Any set of scores can for which you can calculate a mean and standard deviation can be changed into standard scores, also called "Z scores." Subtract the mean from each score. Note that all scores greater than the mean will result in a positive answer to the subtraction, called the score's "deviation." All scores less than the mean will have a negative deviation. Keep track of the negative signs! Divide each deviation by the standard deviation to obtain the Z score. As explained in the video lessons, usually about 2/3 of the scores will be within one standard deviation of the mean so they will have Z scores from about -1 to about +1. It is possible that all the scores will be within one standard deviation or even that they are all equal to the mean, as in the set of scores: 5,5,5,5,5,5,5,5

In my basic statistical course, I find it is helpful for the students if we always calculate the standard deviation with the following steps:

  1. Calculate the mean
  2. Subtract the mean from each score (resulting in the deviation for each score, mentioned above and needed to calculate the score's corresponding Z score)
  3. Square each deviation (that is, multiply each deviation by itself)
  4. Sum these squared deviations
  5. Divide that "sum of squares" by N, the number of scores (resulting in the "variance")
  6. Take the square root of that variance (that is, find a number that equals the variance when the number is multiplied by itself. This square root is the Standard Deviation.

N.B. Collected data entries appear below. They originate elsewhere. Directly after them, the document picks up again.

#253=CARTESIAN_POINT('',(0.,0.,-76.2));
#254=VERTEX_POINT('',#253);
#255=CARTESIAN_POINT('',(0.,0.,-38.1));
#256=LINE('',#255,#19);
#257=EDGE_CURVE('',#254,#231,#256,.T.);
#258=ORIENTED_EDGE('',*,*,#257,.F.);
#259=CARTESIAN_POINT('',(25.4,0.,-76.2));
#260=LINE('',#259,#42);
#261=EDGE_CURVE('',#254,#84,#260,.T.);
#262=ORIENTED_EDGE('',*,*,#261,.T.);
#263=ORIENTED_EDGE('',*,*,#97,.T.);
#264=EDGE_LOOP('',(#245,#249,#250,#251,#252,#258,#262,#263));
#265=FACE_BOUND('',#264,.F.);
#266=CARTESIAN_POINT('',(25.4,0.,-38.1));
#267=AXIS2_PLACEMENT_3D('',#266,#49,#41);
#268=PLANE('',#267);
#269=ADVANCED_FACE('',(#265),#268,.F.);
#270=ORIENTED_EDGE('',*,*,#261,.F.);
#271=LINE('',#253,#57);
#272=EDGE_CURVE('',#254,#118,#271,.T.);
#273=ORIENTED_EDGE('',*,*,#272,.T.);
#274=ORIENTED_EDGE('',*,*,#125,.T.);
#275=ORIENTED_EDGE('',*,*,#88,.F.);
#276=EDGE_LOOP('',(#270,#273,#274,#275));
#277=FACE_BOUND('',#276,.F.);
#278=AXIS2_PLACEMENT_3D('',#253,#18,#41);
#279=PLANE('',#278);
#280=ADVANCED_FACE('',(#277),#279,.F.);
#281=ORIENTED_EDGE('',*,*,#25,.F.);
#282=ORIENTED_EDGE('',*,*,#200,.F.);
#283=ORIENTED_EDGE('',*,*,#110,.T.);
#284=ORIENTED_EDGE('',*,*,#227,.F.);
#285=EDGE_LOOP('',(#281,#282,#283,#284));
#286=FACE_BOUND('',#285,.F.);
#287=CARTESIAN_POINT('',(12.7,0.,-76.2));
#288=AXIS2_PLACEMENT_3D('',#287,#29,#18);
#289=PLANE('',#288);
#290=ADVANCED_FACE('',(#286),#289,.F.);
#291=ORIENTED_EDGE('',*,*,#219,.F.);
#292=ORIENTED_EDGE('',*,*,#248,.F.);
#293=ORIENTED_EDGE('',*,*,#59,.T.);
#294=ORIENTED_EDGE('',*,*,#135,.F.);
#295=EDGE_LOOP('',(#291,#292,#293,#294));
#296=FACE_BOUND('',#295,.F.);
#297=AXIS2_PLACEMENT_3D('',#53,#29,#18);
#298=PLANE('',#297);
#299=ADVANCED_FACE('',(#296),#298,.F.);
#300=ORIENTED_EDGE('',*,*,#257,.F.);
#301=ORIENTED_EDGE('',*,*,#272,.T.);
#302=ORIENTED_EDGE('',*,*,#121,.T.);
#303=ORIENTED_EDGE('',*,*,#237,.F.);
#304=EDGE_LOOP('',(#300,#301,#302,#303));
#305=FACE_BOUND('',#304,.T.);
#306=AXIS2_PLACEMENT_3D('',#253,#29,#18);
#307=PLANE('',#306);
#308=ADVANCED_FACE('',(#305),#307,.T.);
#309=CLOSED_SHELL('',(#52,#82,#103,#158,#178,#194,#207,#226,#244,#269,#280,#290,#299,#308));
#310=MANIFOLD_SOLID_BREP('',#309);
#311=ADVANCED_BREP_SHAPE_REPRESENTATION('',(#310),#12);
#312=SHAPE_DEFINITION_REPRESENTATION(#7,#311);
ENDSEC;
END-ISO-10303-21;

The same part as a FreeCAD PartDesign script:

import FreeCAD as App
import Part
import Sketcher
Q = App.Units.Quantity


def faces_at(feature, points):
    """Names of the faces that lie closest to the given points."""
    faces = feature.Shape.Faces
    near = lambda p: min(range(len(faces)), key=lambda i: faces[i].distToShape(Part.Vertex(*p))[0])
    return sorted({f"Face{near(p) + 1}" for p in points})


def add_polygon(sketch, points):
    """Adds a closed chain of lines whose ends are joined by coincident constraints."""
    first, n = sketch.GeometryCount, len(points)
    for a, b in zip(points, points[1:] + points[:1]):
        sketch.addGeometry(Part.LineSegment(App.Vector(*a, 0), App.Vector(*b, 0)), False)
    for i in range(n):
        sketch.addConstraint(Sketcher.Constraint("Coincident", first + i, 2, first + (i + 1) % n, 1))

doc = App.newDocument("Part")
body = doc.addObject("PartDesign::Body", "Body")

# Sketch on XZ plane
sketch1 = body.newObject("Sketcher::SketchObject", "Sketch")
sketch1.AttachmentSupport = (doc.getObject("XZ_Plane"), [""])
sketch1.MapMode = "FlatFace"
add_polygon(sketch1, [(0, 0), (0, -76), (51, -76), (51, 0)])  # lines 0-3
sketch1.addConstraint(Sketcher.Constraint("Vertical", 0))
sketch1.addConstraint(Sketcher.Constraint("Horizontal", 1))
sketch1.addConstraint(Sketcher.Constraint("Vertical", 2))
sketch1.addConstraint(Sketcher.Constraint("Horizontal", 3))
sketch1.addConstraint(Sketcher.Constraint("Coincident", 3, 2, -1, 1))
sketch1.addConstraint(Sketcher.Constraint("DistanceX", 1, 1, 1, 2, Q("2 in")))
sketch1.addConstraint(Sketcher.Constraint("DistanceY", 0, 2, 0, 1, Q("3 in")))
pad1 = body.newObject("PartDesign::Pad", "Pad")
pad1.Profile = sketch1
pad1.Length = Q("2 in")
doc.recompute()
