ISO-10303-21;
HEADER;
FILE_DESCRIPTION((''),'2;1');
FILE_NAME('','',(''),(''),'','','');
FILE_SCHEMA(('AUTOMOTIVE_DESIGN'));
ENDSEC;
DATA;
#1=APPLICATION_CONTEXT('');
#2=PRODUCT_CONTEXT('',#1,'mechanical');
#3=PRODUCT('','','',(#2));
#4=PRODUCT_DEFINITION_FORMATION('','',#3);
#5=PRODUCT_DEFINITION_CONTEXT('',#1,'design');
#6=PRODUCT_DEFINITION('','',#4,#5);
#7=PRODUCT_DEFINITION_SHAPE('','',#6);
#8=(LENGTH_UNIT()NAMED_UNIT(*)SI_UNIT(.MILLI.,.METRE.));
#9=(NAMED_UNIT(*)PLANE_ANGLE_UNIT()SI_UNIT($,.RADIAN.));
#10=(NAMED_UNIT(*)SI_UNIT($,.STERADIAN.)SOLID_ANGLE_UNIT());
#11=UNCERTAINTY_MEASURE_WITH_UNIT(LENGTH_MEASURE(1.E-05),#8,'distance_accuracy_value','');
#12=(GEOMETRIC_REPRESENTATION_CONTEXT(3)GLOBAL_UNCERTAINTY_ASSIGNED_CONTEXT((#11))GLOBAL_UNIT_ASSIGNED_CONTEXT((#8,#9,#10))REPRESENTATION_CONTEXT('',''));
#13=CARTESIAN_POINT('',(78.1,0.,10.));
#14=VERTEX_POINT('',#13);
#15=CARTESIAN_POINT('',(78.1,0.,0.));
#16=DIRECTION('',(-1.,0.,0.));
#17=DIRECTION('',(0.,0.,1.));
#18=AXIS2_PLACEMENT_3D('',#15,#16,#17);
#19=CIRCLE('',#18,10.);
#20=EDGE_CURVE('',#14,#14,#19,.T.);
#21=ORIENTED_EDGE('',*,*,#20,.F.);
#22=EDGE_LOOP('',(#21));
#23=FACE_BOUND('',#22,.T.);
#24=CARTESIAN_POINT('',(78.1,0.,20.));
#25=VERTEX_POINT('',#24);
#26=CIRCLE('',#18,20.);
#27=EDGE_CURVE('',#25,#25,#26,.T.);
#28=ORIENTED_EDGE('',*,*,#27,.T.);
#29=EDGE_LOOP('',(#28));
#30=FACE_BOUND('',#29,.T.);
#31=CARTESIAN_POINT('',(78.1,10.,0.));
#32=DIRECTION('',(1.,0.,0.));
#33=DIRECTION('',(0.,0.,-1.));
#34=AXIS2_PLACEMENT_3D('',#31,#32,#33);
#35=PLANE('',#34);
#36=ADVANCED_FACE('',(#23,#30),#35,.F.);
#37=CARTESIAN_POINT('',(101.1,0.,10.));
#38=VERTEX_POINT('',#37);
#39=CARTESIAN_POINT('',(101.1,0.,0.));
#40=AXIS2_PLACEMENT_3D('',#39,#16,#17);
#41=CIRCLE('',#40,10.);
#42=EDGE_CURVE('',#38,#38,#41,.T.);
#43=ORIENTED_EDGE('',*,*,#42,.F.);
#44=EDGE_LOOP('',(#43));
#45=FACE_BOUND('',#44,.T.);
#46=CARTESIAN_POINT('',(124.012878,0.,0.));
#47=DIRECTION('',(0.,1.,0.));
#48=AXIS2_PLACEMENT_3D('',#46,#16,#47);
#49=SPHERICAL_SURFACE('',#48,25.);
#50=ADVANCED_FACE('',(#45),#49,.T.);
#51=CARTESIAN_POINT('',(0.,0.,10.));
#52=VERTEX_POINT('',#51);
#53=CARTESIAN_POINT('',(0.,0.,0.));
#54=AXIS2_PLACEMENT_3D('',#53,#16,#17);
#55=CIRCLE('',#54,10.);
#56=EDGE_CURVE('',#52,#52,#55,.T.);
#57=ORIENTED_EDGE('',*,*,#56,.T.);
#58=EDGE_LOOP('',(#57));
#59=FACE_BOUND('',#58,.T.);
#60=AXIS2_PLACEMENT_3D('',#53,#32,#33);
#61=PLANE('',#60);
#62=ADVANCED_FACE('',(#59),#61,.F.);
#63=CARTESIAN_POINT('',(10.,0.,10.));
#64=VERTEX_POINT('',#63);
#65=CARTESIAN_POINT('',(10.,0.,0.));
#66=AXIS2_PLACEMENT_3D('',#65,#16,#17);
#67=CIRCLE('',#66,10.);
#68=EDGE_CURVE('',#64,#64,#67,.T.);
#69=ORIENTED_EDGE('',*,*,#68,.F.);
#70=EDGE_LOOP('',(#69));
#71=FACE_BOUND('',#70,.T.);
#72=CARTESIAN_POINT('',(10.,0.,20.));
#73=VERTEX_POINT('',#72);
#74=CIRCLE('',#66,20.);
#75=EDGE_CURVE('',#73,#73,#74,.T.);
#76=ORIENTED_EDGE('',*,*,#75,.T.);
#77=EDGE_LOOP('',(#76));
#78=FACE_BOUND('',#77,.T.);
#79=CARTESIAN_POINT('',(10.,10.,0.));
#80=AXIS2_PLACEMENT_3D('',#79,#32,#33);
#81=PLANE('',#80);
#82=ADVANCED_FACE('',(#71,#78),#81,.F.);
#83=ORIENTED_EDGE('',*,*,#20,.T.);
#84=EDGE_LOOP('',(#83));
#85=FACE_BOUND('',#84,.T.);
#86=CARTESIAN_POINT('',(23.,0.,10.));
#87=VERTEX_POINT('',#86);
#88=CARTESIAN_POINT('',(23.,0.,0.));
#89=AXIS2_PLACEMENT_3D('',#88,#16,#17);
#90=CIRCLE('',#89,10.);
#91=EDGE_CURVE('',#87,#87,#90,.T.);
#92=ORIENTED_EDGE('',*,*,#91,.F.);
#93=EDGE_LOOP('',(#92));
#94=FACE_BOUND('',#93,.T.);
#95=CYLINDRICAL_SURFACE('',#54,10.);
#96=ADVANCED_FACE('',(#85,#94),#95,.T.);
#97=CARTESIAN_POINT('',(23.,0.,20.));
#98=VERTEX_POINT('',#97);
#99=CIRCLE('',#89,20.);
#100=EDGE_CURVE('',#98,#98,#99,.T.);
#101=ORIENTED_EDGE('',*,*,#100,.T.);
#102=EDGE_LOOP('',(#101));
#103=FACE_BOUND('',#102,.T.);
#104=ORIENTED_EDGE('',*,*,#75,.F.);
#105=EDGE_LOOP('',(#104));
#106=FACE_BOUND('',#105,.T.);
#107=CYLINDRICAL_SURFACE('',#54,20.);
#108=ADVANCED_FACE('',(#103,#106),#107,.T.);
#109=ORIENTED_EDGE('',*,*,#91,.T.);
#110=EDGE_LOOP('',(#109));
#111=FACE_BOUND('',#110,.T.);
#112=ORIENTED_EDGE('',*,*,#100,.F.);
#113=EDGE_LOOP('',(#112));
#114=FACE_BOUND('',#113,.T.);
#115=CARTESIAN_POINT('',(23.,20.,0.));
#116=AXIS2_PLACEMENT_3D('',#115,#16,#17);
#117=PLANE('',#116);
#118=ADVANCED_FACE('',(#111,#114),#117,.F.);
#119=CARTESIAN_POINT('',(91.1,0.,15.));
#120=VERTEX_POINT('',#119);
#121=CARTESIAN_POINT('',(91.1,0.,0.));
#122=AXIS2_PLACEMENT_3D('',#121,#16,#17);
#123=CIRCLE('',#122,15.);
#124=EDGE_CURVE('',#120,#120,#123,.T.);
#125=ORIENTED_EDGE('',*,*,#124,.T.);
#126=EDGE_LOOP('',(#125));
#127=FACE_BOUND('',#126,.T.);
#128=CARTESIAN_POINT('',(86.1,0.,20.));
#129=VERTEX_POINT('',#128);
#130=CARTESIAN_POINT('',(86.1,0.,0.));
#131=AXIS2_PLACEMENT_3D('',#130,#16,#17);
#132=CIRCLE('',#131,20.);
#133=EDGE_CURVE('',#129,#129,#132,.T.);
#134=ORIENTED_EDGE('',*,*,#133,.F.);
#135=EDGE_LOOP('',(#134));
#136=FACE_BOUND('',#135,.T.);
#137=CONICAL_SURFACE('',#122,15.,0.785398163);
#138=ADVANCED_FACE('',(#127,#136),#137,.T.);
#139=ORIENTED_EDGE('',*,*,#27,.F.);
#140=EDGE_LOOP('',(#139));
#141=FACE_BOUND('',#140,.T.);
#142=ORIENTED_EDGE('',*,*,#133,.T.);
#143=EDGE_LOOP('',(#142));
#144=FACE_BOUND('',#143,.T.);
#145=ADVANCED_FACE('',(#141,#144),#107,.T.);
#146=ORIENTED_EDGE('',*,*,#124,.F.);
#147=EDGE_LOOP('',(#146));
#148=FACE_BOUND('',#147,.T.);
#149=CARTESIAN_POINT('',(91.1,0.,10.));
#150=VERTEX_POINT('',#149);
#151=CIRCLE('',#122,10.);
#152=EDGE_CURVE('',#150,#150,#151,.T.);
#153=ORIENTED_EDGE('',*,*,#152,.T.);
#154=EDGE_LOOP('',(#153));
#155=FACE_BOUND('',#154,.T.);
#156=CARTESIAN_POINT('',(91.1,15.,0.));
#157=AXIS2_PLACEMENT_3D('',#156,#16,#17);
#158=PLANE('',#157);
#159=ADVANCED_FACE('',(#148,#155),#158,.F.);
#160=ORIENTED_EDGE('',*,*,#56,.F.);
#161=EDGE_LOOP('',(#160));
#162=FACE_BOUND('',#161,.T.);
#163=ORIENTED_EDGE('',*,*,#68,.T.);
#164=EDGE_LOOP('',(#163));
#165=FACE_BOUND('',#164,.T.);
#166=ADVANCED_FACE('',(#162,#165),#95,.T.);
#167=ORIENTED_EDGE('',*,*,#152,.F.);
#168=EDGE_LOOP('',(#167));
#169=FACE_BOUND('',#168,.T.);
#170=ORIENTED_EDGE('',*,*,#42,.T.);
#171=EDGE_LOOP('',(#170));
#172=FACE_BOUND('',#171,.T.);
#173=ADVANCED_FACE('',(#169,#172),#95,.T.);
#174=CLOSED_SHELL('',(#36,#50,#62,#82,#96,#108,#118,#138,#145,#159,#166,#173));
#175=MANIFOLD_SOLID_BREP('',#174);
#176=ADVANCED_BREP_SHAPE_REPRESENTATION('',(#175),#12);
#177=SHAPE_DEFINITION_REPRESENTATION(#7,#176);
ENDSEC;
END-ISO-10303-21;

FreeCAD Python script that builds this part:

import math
import FreeCAD as App
import Part
import Sketcher
from FreeCAD import Vector
Q = App.Units.Quantity

doc = App.newDocument("Part")
body = doc.addObject("PartDesign::Body", "Body")

# Sketch on XY plane
sketch1 = body.newObject("Sketcher::SketchObject", "Sketch")
sketch1.AttachmentSupport = (doc.getObject("XY_Plane"), [""])
sketch1.MapMode = "FlatFace"
sketch1.addGeometry([
    Part.LineSegment(Vector(0, 10, 0), Vector(0, 0, 0)),  # 0
    Part.LineSegment(Vector(0, 0, 0), Vector(149, 0, 0)),  # 1
    Part.ArcOfCircle(Part.Circle(Vector(124, 0, 0), Vector(0, 0, 1), 25), math.radians(0), math.radians(156)),  # 2
    Part.LineSegment(Vector(101, 10, 0), Vector(91, 10, 0)),  # 3
    Part.LineSegment(Vector(91, 10, 0), Vector(91, 15, 0)),  # 4
    Part.LineSegment(Vector(91, 15, 0), Vector(86, 20, 0)),  # 5
    Part.LineSegment(Vector(86, 20, 0), Vector(78, 20, 0)),  # 6
    Part.LineSegment(Vector(78, 20, 0), Vector(78, 10, 0)),  # 7
    Part.LineSegment(Vector(78, 10, 0), Vector(23, 10, 0)),  # 8
    Part.LineSegment(Vector(23, 10, 0), Vector(23, 20, 0)),  # 9
    Part.LineSegment(Vector(23, 20, 0), Vector(10, 20, 0)),  # 10
    Part.LineSegment(Vector(10, 20, 0), Vector(10, 10, 0)),  # 11
    Part.LineSegment(Vector(10, 10, 0), Vector(0, 10, 0)),  # 12
], False)
sketch1.addConstraint([
    Sketcher.Constraint("Coincident", 0, 2, 1, 1),
    Sketcher.Constraint("Coincident", 1, 2, 2, 1),
    Sketcher.Constraint("Coincident", 2, 2, 3, 1),
    Sketcher.Constraint("Coincident", 3, 2, 4, 1),
    Sketcher.Constraint("Coincident", 4, 2, 5, 1),
    Sketcher.Constraint("Coincident", 5, 2, 6, 1),
    Sketcher.Constraint("Coincident", 6, 2, 7, 1),
    Sketcher.Constraint("Coincident", 7, 2, 8, 1),
    Sketcher.Constraint("Coincident", 8, 2, 9, 1),
    Sketcher.Constraint("Coincident", 9, 2, 10, 1),
    Sketcher.Constraint("Coincident", 10, 2, 11, 1),
    Sketcher.Constraint("Coincident", 11, 2, 12, 1),
    Sketcher.Constraint("Coincident", 12, 2, 0, 1),
    Sketcher.Constraint("Vertical", 0),
    Sketcher.Constraint("Horizontal", 1),
    Sketcher.Constraint("Horizontal", 3),
    Sketcher.Constraint("Vertical", 4),
    Sketcher.Constraint("Horizontal", 6),
    Sketcher.Constraint("Vertical", 7),
    Sketcher.Constraint("Horizontal", 8),
    Sketcher.Constraint("Vertical", 9),
    Sketcher.Constraint("Horizontal", 10),
    Sketcher.Constraint("Vertical", 11),
    Sketcher.Constraint("Horizontal", 12),
    Sketcher.Constraint("Coincident", 0, 2, -1, 1),
    Sketcher.Constraint("PointOnObject", 2, 3, -1),
    Sketcher.Constraint("Horizontal", 3, 2, 7, 2),
    Sketcher.Constraint("Horizontal", 6, 2, 9, 2),
    Sketcher.Constraint("Horizontal", 8, 2, 11, 2),
    Sketcher.Constraint("Equal", 3, 12),
    Sketcher.Constraint("Equal", 12, 0),
    Sketcher.Constraint("Equal", 0, 7),
    Sketcher.Constraint("Radius", 2, 25.0),
    Sketcher.Constraint("DistanceX", 3, 2, 3, 1, 10.0),
    Sketcher.Constraint("DistanceX", 6, 2, 6, 1, 8.0),
    Sketcher.Constraint("DistanceX", 10, 2, 10, 1, 13.0),
    Sketcher.Constraint("DistanceY", 4, 1, 4, 2, 5.0),
    Sketcher.Constraint("Angle", 5, Q("135 deg")),
    Sketcher.Constraint("DistanceX", 8, 2, 8, 1, 55.1),
])
revolution = body.newObject("PartDesign::Revolution", "Revolution")
revolution.Profile = sketch1
revolution.ReferenceAxis = (sketch1, ["H_Axis"])
revolution.Angle = 360

doc.recompute()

Why bother with all of this? Because it is required in the course, Silly! A better reason is that the transformation of scores into Z scores allows for better examination of oddly divergent scores, called "outliers" [out-lie-ers]. Any score too far from the mean may need checking or further verification or investigation. In this course, we use 2 standard deviations, a Z score outside the range -2 to +2, as the definition of outlier. Sometimes it is better to use 3 or 2.4 standard deviations as the warning tracks for outliers but we will use 2.

Note that the process of calculating the standard deviation of a set of scores involves dividing by N. In the early 1900's, a famous statistician first showed that dividing by N-1 gives a better estimate of the standard deviation of a parent population when you only have figures from a sample. Therefore, some courses, books, teachers and calculators automatically divide by N-1. In my course, we do not do that. We just divide by N. In using Excel, you can obtain the standard deviation using N as a divider by using the function =stdevp(firstcell:lastcell) The "p" stands for the word population. We divide by N when we have the entire population at hand and are not trying to estimate the population value from a sample.